Chodzi o przeprowadzenie konserwacji broni z tzw. „skrytki bieżanowskiej” i „kanadyjskiej kolekcji dr Wcisły”. Miały one zostać poddane tylko częściowej konserwacji – prace mieli przeprowadzić pracownicy muzeum, a pieniądze otrzymać firma zewnętrzna.

– Audytu zewnętrznego domagamy się ze względu na to, że biuro kontroli wewnętrznej nie spełnia swojej roli. Kontrola, która rozpoczęła się na mój wniosek w 2017 roku, już się zakończyła. Pokontrolne wnioski potwierdzają moje zarzuty z zeszłego roku. Natomiast biuro stwierdza, że są zaniedbania, jeśli chodzi o przeprowadzoną konserwację, ale nie znajduje winnych i uważa, że wszystko jest w porządku – zaznacza Adam Kalita.

Konflikt pracowniczy trwa

W swoim piśmie do prezydenta odnosi się również do nierównego traktowania pracowników. „Jest faktem olbrzymi konflikt pracowniczy w Muzeum, tyle tylko, że nie powstał w wyniku zawirowań wokół „konserwacji broni”, lecz dużo wcześniej. Jeszcze za poprzedniej Pani Dyrektor” – czytamy.
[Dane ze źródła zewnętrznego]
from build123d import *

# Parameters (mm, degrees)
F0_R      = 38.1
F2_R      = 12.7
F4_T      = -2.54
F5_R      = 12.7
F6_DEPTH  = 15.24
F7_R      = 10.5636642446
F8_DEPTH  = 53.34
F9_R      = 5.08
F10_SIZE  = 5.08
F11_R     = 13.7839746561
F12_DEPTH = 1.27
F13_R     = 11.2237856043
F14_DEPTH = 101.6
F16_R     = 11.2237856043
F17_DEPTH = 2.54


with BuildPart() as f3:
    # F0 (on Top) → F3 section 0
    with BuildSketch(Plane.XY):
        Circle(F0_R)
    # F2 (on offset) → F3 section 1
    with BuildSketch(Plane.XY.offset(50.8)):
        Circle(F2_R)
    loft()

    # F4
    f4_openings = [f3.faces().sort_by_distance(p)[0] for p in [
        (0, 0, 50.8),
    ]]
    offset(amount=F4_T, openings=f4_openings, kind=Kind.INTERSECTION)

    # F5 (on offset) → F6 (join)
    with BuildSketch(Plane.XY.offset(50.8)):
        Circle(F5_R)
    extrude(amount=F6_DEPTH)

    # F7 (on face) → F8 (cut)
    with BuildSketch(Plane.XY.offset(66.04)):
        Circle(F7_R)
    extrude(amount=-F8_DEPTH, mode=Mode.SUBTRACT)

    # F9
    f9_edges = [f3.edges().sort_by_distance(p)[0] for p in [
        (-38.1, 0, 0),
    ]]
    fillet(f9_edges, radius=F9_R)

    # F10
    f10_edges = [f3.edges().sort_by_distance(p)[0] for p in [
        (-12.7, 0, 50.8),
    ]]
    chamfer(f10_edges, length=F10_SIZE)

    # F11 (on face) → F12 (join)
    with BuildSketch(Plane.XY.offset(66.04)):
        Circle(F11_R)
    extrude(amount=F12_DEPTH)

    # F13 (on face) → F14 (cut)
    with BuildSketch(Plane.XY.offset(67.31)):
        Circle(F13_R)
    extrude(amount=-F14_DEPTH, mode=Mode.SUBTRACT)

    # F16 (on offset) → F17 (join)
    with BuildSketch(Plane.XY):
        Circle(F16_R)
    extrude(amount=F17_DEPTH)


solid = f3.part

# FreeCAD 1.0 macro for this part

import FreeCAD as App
import Part
import Sketcher

V = App.Vector
Q = App.Units.Quantity


def edges_at(feature, points):
    """Names of the edges that pass closest to the given points."""
    edges = feature.Shape.Edges
    near = lambda p: min(range(len(edges)), key=lambda i: edges[i].distToShape(Part.Vertex(*p))[0])
    return sorted({f"Edge{near(p) + 1}" for p in points})


def faces_at(feature, points):
    """Names of the faces that lie closest to the given points."""
    faces = feature.Shape.Faces
    near = lambda p: min(range(len(faces)), key=lambda i: faces[i].distToShape(Part.Vertex(*p))[0])
    return sorted({f"Face{near(p) + 1}" for p in points})

doc = App.newDocument("Part")
params = doc.addObject("Spreadsheet::Sheet", "Params")
for row, (alias, value) in enumerate([
    ("sketch1_diameter", "3 in"),
    ("sketch2_diameter", "1 in"),
    ("thickness_wall", "0.1 in"),
    ("sketch3_diameter", "1 in"),
    ("pad1_length", "0.6 in"),
    ("pocket1_length", "2.1 in"),
    ("fillet_radius", "0.2 in"),
    ("chamfer_size", "0.2 in"),
    ("pad2_length", "0.05 in"),
    ("pocket2_length", "4 in"),
    ("pad3_length", "0.1 in"),
], start=1):
    params.set(f"A{row}", alias)
    params.set(f"B{row}", "=" + value)
    params.setAlias(f"B{row}", alias)

body = doc.addObject("PartDesign::Body", "Body")

# Sketch on XY plane
sketch1 = doc.addObject("Sketcher::SketchObject", "Sketch")
body.addObject(sketch1)
sketch1.AttachmentSupport = (doc.XY_Plane, [""])
sketch1.MapMode = "FlatFace"
sketch1.addGeometry(Part.Circle(V(0, 0, 0), V(0, 0, 1), 38), False)
sketch1.addConstraint([
    Sketcher.Constraint("Coincident", 0, 3, -1, 1),
    Sketcher.Constraint("Diameter", 0, Q("3 in")),
])
sketch1.setExpression("Constraints[1]", "Params.sketch1_diameter")

# Sketch on XY plane
sketch2 = doc.addObject("Sketcher::SketchObject", "Sketch001")
body.addObject(sketch2)
sketch2.AttachmentSupport = (doc.XY_Plane, [""])
sketch2.MapMode = "FlatFace"
sketch2.AttachmentOffset = App.Placement(V(0, 0, 2 * 25.4), App.Rotation())
sketch2.addGeometry(Part.Circle(V(0, 0, 0), V(0, 0, 1), 13), False)
sketch2.addConstraint([
    Sketcher.Constraint("Coincident", 0, 3, -1, 1),
    Sketcher.Constraint("Diameter", 0, Q("1 in")),
])
sketch2.setExpression("Constraints[1]", "Params.sketch2_diameter")

additiveloft = doc.addObject("PartDesign::AdditiveLoft", "AdditiveLoft")
body.addObject(additiveloft)
additiveloft.Profile = sketch1
additiveloft.Sections = [sketch2]
doc.recompute()

thickness = doc.addObject("PartDesign::Thickness", "Thickness")
body.addObject(thickness)
thickness.Base = (additiveloft, faces_at(additiveloft, [(0, 0, 50.8)]))
thickness.setExpression("Value", "Params.thickness_wall")
thickness.Reversed = True
thickness.Join = "Intersection"

# Sketch on XY plane
sketch3 = doc.addObject("Sketcher::SketchObject", "Sketch002")
body.addObject(sketch3)
sketch3.AttachmentSupport = (doc.XY_Plane, [""])
sketch3.MapMode = "FlatFace"
sketch3.AttachmentOffset = App.Placement(V(0, 0, 2 * 25.4), App.Rotation())
sketch3.addGeometry(Part.Circle(V(0, 0, 0), V(0, 0, 1), 13), False)
sketch3.addConstraint([
    Sketcher.Constraint("Coincident", 0, 3, -1, 1),
    Sketcher.Constraint("Diameter", 0, Q("1 in")),
])
sketch3.setExpression("Constraints[1]", "Params.sketch3_diameter")
pad1 = doc.addObject("PartDesign::Pad", "Pad")
body.addObject(pad1)
pad1.Profile = sketch3
pad1.setExpression("Length", "Params.pad1_length")

# Sketch on XY plane
sketch4 = doc.addObject("Sketcher::SketchObject", "Sketch003")
body.addObject(sketch4)
sketch4.AttachmentSupport = (doc.XY_Plane, [""])
sketch4.MapMode = "FlatFace"
sketch4.AttachmentOffset = App.Placement(V(0, 0, 2.6 * 25.4), App.Rotation())
sketch4.addGeometry(Part.Circle(V(0, 0, 0), V(0, 0, 1), 11), False)
sketch4.addConstraint([
    Sketcher.Constraint("Coincident", 0, 3, -1, 1),
    Sketcher.Constraint("Diameter", 0, 21.127328),
])
pocket1 = doc.addObject("PartDesign::Pocket", "Pocket")
body.addObject(pocket1)
pocket1.Profile = sketch4
pocket1.setExpression("Length", "Params.pocket1_length")
doc.recompute()

fillet = doc.addObject("PartDesign::Fillet", "Fillet")
body.addObject(fillet)
fillet.Base = (pocket1, edges_at(pocket1, [(-38.1, 0, 0)]))
fillet.setExpression("Radius", "Params.fillet_radius")
doc.recompute()

chamfer = doc.addObject("PartDesign::Chamfer", "Chamfer")
body.addObject(chamfer)
chamfer.Base = (fillet, edges_at(fillet, [(-12.7, 0, 50.8)]))
chamfer.setExpression("Size", "Params.chamfer_size")

# Sketch on XY plane
sketch5 = doc.addObject("Sketcher::SketchObject", "Sketch004")
body.addObject(sketch5)
sketch5.AttachmentSupport = (doc.XY_Plane, [""])
sketch5.MapMode = "FlatFace"
sketch5.AttachmentOffset = App.Placement(V(0, 0, 2.6 * 25.4), App.Rotation())
sketch5.addGeometry(Part.Circle(V(0, 0, 0), V(0, 0, 1), 14), False)
sketch5.addConstraint([
    Sketcher.Constraint("Coincident", 0, 3, -1, 1),
    Sketcher.Constraint("Diameter", 0, 27.567949),
])
pad2 = doc.addObject("PartDesign::Pad", "Pad001")
body.addObject(pad2)
pad2.Profile = sketch5
pad2.setExpression("Length", "Params.pad2_length")

# Sketch on XY plane
sketch6 = doc.addObject("Sketcher::SketchObject", "Sketch005")
body.addObject(sketch6)
sketch6.AttachmentSupport = (doc.XY_Plane, [""])
sketch6.MapMode = "FlatFace"
sketch6.AttachmentOffset = App.Placement(V(0, 0, 2.65 * 25.4), App.Rotation())
sketch6.addGeometry(Part.Circle(V(0, 0, 0), V(0, 0, 1), 11), False)
sketch6.addConstraint([
    Sketcher.Constraint("Coincident", 0, 3, -1, 1),
    Sketcher.Constraint("Diameter", 0, 22.447571),
])
pocket2 = doc.addObject("PartDesign::Pocket", "Pocket001")
body.addObject(pocket2)
pocket2.Profile = sketch6
pocket2.setExpression("Length", "Params.pocket2_length")

# Sketch on XY plane
sketch7 = doc.addObject("Sketcher::SketchObject", "Sketch006")
body.addObject(sketch7)
sketch7.AttachmentSupport = (doc.XY_Plane, [""])
sketch7.MapMode = "FlatFace"
sketch7.addGeometry(Part.Circle(V(0, 0, 0), V(0, 0, 1), 11), False)
sketch7.addConstraint([
    Sketcher.Constraint("Coincident", 0, 3, -1, 1),
    Sketcher.Constraint("Diameter", 0, 22.447571),
])
pad3 = doc.addObject("PartDesign::Pad", "Pad002")
body.addObject(pad3)
pad3.Profile = sketch7
pad3.setExpression("Length", "Params.pad3_length")

doc.recompute()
Kalita zaznacza, że gdy instytucją kierowała Joanna Mrowiec, zatrudniono drugą sekretarkę oraz kolejne osoby na stanowiskach w administracji. „Można się zgodzić, iż mało osób jest zatrudnionych na stanowiskach należących do grup muzealników” – pisze radny.

„Scementowanie zespołu”

Główne zalecenia pokontrolne biura kontroli wewnętrznej, które pojawiły się w raporcie, to zażegnanie konfliktu pomiędzy pracownikami, równy podział obowiązków i sprawiedliwe traktowanie pracowników. Dyrektor Muzeum AK, Marek Lasota, w kwietniu w rozmowie z LoveKraków.pl przyznał, że teraz kluczowe jest „scementowanie zespołu”.

– Jedyne rozwiązanie, jakie mogę zaproponować, to wspólna praca nad strategią rozwoju muzeum. Będzie to miało z jednej strony charakter integracyjny, z drugiej będzie służyć również temu, aby wszyscy pracownicy czuli się współgospodarzami tej instytucji kultury – bez względu na to, jaką funkcję tutaj pełnią – czy są to muzealnicy czy pracownicy administracji – mówił Lasota.

Dodał również, że nie chciałby szczegółowo odnosić się do pewnych punktów raportu, zwłaszcza odnoszących się do sytuacji interpersonalnych. – One – jak w każdym zespole – są, a zadaniem dyrekcji jest je rozwiązywać. O to będę się starał – deklaruje.

Miasto na razie nie zabiera głosu w sprawie przeprowadzenia audytu zewnętrznego w placówce.

– Na razie musimy zapoznać się z dokumentem. Kiedy to zrobimy, odniesiemy się do całej sprawy – mówi nam rzeczniczka prezydenta Krakowa, Monika Chylaszek.